Landing raw data in a staging area (or
data lake) doesn’t cost much in terms of time or storage. Therefore, if you need data from a specific source, it’s best to err on the side of taking more data rather than less while you’re there. However, only the data needed for identified use cases should be processed any further because transforming, integrating, quality checking and so on does require quite a bit of work. And doing this for too many data elements is what blows up the scope of a data delivery project. But because you’ve sourced a superset of the data to a staging area, it’s easier to fully integrate additional elements later, as needed, without having to traverse a path to the source again.

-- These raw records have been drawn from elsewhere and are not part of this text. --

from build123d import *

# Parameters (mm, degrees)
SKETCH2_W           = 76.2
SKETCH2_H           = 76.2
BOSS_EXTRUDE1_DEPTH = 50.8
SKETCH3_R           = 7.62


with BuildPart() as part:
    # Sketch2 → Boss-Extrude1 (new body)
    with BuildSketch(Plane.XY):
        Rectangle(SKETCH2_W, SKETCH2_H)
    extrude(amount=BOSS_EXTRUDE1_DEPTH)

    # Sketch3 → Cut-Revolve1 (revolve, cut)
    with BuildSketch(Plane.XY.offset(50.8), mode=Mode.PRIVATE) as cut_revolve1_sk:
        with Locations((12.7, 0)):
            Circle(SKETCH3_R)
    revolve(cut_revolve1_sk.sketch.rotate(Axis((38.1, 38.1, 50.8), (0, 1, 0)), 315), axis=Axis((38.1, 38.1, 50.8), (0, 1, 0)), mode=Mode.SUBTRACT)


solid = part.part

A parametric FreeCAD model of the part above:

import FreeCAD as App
import Part
import Sketcher
Q = App.Units.Quantity


def add_polygon(sketch, points):
    """Adds a closed chain of lines whose ends are joined by coincident constraints."""
    first, n = sketch.GeometryCount, len(points)
    for a, b in zip(points, points[1:] + points[:1]):
        sketch.addGeometry(Part.LineSegment(App.Vector(*a, 0), App.Vector(*b, 0)), False)
    for i in range(n):
        sketch.addConstraint(Sketcher.Constraint("Coincident", first + i, 2, first + (i + 1) % n, 1))

doc = App.newDocument("Part")
body = doc.addObject("PartDesign::Body", "Body")

sketch1 = doc.addObject("Sketcher::SketchObject", "Sketch")
body.addObject(sketch1)
sketch1.AttachmentSupport = (doc.XY_Plane, [""])
sketch1.MapMode = "FlatFace"
add_polygon(sketch1, [(-38.1, 38.1), (-38.1, -38.1), (38.1, -38.1), (38.1, 38.1)])
sketch1.addConstraint(Sketcher.Constraint("Vertical", 0))
sketch1.addConstraint(Sketcher.Constraint("Horizontal", 1))
sketch1.addConstraint(Sketcher.Constraint("Vertical", 2))
sketch1.addConstraint(Sketcher.Constraint("Horizontal", 3))
sketch1.addConstraint(Sketcher.Constraint("Symmetric", 0, 2, 2, 2, -1, 1))
sketch1.addConstraint(Sketcher.Constraint("Equal", 3, 0))
sketch1.addConstraint(Sketcher.Constraint("DistanceX", 1, 1, 1, 2, Q("3 in")))
pad1 = doc.addObject("PartDesign::Pad", "Pad")
body.addObject(pad1)
pad1.Profile = sketch1
pad1.Length = Q("2 in")

sketch2 = doc.addObject("Sketcher::SketchObject", "Sketch001")
body.addObject(sketch2)
sketch2.AttachmentSupport = (doc.XY_Plane, [""])
sketch2.MapMode = "FlatFace"
sketch2.AttachmentOffset = App.Placement(App.Vector(0, 0, 2 * 25.4), App.Rotation())
sketch2.addGeometry(Part.Circle(App.Vector(12.7, 0, 0), App.Vector(0, 0, 1), 7.62), False)
sketch2.addGeometry(Part.LineSegment(App.Vector(38.1, 0, 0), App.Vector(38.1, 10, 0)), True)
sketch2.addConstraint(Sketcher.Constraint("Vertical", 1))
sketch2.addConstraint(Sketcher.Constraint("PointOnObject", 0, 3, -1))
sketch2.addConstraint(Sketcher.Constraint("PointOnObject", 1, 1, -1))
sketch2.addConstraint(Sketcher.Constraint("Diameter", 0, Q("0.6 in")))
sketch2.addConstraint(Sketcher.Constraint("DistanceX", 0, 3, 1, 1, Q("1 in")))
sketch2.addConstraint(Sketcher.Constraint("DistanceX", -1, 1, 0, 3, Q("0.5 in")))
sketch2.addConstraint(Sketcher.Constraint("DistanceY", 1, 1, 1, 2, Q("10 mm")))
groove = doc.addObject("PartDesign::Groove", "Groove")
body.addObject(groove)
groove.Profile = sketch2
groove.ReferenceAxis = (sketch2, ["Axis0"])
groove.Angle = 360

doc.recompute()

Obtain data as close to the original source as possible.
Let’s say you’ve decided to build an enterprise data resource and, understandably, you want to show value as quickly as possible. Further, let’s say the data you need is available in one or more transactional data sources
and in a
data mart connected to those sources. If all the data you need for targeted use cases is available in the data mart, it can be very tempting to source data from there “temporarily.” But what happens when the next use case needs a few more attributes from the same source, or needs the data on a more timely basis? You will be limited to whatever the data mart has to offer. If instead, you go to the original source for the data, you’ll be able to acquire whatever additional data you’ll need in the future, and the timeliness will only be limited by the original system’s proximity to the business process it supports.
Create enterprise data models to outline the integrated vision.
Yes, conceptual data modeling is still a thing. Or at least it should be. Here you allow yourself to go beyond the near-term use cases to communicate the long-term scope of the enterprise data resource, depicted in about 20 to 30 entities, to be further detailed little by little within delivery projects. Care must be taken to keep these efforts within reasonable boundaries. Time boxing and limiting the number of entities helps with this. It doesn’t have to be perfect, it’s just a sketch to gain agreement on where all this is going.
Structure integrated data based on stable business entities.
Creating a logical data model as input into physical database design is also still a great practice, even if it’s been decimated in many organizations. This approach organizes data needs in a way that describes real-life business entities rather than source system structures or isolated target applications. With application-independent, business-oriented models in place, which should be built in detail only for in-scope use cases, the core data structures will be resilient to changes in source systems, support a variety of targets and will allow additional entities to be added much more easily while extending integration project-by-project.
Conclusion
These are just a few admittedly over-simplified examples. So perhaps the most important practice of all is to set both extensibility and targeted use cases as explicit goals for each project.
Documenting and regularly reinforcing these dual goals encourages the entire team to come up with all kinds of ways to accomplish them together.
Just about every team I’ve ever been involved with has a mix of dreamers and pragmatists. The dreamers want to reach the long-term data vision. The pragmatists want to focus on immediate value for applications. For a data strategy to work, you must take both goals equally seriously in every project. But don’t worry, once the goals are out there, the dreamers and the pragmatists will let you know if the pendulum starts to swing too far one way or the other. Make sure to listen.